Rents are higher than the cost of ownership. 


T McGibney said:


> If you're in social housing, your housing costs can almost approximate to nil. There seems to be plenty of high earners enjoying this benefit, including at least one currently serving TD.


Yes, that should certainly be addressed as well. Social housing should be subject to a needs assessment every 5 years. If there's one person in a 3 bed house they should be moved, it doesn't matter if they've lived there for 30 years. Income should also be taken into account much more. 


T McGibney said:


> And if you buy a new build, you're not using someone else's capital, whatever that means.


You're using the banks capital. That's what a mortgage is.


----------



## Brendan Burgess (5 Aug 2022)

noproblem said:


> I do know of quite a few people in 2 major cities who have bought and sold (moved) 3 and more times in the last 20 years while making one hell of a lot of money from doing so.



But did they make the lot of money from buying and selling?  They made the money from owning property. 

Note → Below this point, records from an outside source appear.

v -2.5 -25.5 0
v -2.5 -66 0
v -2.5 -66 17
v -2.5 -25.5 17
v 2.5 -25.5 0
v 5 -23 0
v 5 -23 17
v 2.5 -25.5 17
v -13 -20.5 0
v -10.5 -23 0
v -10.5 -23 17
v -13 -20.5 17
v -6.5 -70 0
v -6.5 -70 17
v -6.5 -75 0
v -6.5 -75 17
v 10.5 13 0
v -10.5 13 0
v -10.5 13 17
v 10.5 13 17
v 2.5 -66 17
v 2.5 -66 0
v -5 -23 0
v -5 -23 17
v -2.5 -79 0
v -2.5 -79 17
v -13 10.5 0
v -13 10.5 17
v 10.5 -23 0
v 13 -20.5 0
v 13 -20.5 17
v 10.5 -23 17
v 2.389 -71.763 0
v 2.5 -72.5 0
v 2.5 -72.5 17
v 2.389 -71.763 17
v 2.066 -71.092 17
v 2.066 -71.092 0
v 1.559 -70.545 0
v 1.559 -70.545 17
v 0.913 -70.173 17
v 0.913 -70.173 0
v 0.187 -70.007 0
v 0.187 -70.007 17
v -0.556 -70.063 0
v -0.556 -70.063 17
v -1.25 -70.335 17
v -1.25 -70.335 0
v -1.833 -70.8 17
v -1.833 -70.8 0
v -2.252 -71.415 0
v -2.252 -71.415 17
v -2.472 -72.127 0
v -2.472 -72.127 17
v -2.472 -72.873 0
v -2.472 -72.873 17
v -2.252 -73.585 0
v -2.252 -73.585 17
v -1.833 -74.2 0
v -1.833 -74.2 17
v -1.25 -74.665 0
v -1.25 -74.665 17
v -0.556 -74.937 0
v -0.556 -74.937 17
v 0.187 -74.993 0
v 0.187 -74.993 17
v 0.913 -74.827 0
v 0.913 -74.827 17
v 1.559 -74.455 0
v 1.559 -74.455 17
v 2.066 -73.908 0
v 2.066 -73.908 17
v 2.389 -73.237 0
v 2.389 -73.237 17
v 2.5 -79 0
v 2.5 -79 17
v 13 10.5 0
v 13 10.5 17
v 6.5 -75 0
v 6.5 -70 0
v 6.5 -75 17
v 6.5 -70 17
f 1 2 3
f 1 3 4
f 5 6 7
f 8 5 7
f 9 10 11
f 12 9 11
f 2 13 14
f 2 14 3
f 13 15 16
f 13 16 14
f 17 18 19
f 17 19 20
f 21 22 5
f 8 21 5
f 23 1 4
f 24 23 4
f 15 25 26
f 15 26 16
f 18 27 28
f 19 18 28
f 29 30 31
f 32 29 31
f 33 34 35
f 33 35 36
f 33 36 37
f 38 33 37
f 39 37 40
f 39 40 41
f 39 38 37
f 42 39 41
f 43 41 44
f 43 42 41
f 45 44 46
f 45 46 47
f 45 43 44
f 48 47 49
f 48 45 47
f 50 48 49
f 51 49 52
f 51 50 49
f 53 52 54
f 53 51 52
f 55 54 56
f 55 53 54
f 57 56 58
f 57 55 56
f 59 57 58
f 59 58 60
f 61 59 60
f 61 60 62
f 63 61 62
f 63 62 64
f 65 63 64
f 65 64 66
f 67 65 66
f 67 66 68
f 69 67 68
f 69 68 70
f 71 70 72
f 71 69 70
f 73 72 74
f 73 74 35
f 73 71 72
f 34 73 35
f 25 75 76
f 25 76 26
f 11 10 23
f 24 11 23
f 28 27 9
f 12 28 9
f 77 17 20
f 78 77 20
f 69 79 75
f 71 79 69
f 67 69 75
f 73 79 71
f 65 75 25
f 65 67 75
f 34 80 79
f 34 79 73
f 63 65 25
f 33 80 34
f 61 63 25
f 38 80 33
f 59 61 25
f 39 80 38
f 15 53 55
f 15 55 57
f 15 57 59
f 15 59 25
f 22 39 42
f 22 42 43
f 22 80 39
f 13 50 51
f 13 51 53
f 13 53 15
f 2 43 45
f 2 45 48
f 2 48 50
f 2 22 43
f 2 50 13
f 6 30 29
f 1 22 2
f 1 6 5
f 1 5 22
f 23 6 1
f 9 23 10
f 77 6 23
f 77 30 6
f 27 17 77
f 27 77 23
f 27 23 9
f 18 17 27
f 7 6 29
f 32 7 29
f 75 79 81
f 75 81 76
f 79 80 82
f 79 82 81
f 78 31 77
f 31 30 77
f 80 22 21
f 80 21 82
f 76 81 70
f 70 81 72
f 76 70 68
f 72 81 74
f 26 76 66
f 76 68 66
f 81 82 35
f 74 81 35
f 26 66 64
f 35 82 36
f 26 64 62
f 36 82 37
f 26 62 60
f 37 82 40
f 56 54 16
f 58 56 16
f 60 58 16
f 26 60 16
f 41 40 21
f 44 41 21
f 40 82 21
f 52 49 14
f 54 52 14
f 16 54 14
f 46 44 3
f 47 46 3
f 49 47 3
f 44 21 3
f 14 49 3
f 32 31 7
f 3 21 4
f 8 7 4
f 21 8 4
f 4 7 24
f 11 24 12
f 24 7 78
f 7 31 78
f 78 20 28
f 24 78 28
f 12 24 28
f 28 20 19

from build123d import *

# Parameters (mm, degrees)
SKETCH1_W           = 26
SKETCH1_H           = 26
SKETCH1_W_2         = 5
SKETCH1_H_2         = 43
SKETCH1_R           = 2.5
BOSS_EXTRUDE1_DEPTH = 17
CHAMFER1_SIZE       = 2.5


with BuildPart() as part:
    # Sketch1 → Boss-Extrude1 (new body)
    # profile 1 of 4: a face of its own
    with BuildSketch(Plane.XY):
        Rectangle(SKETCH1_W, SKETCH1_H)
    # profile 2 of 4: a face of its own
    with BuildSketch(Plane.XY):
        Polygon((-2.5, -23), (2.5, -23), (13, -23), (13, -13), (-13, -13), (-13, -23), align=None)
    # profile 3 of 4: a face of its own
    with BuildSketch(Plane.XY):
        with Locations((0, -44.5)):
            Rectangle(SKETCH1_W_2, SKETCH1_H_2)
    # profile 4 of 4: a face of its own
    with BuildSketch(Plane.XY):
        Polygon((6.5, -70), (6.5, -75), (2.5, -79), (-2.5, -79), (-6.5, -75), (-6.5, -70), (-2.5, -66), (2.5, -66), align=None)
        with Locations((0, -72.5)):
            Circle(SKETCH1_R, mode=Mode.SUBTRACT)
    extrude(amount=BOSS_EXTRUDE1_DEPTH)

    # Chamfer1
    chamfer1_edges = [part.edges().sort_by_distance(p)[0] for p in [
        (-13, 13, 8.5),
        (13, 13, 8.5),
        (13, -23, 8.5),
        (2.5, -23, 8.5),
        (-2.5, -23, 8.5),
        (-13, -23, 8.5),
    ]]
    chamfer(chamfer1_edges, length=CHAMFER1_SIZE)


solid = part.part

One big drawback of the proposal is that it might discourage people from trading up or down.  And in a healthy market, people should trade up and down. 

Brendan


----------



## Purple (5 Aug 2022)

Brendan Burgess said:


> But did they make the lot of money from buying and selling?  They made the money from owning property.
> 
> One big drawback of the proposal is that it might discourage people from trading up or down.  And in a healthy market, people should trade up and down.
> 
> Brendan


The other drawback is the position of a family who have moved in with a parent. When the parent dies they may well have to sell up. That could be avoided if the same rules that are currently in place for inheritance are applied.


----------



## Brendan Burgess (5 Aug 2022)

Sarenco said:


> In the US, if you realise a capital gain on the sale of your main home, you can only exclude $250,000 of that gain (or $500,000 if married and filing jointly) for tax purposes. This exemption is only available once every two years.



Very interesting. 

Not sure about the two years limit.   Very few people would trade up again within 2 years. And if they did, they probably wouldn't have much of a gain. 

And sometimes people have to trade up again quickly. They have bad neighbours. They can't afford their mortgage. They move job. 

But I like the principle of a limit of some sort.

Brendan


----------



## Brendan Burgess (5 Aug 2022)

Purple said:


> When the parent dies they may well have to sell up. That could be avoided if the same rules that are currently in place for inheritance are applied.



Well they would be subject to CGT on the gain between when the parent bought the house and when they died. 

So if they got a €500k house, which was bought for €200k, they would be paying €100k CGT.  

I would  be happy to inherit a €500k house if I had to pay €100k CGT.

And mechanisms could be put in place to defer the payment or to get a mortgage for it.

Most people can't afford to buy a house at all. 

Brendan


----------



## NoRegretsCoyote (5 Aug 2022)

Brendan Burgess said:


> Are you fully opposed to CGT on the PPR? On all PPRs? Even homes worth over €2m?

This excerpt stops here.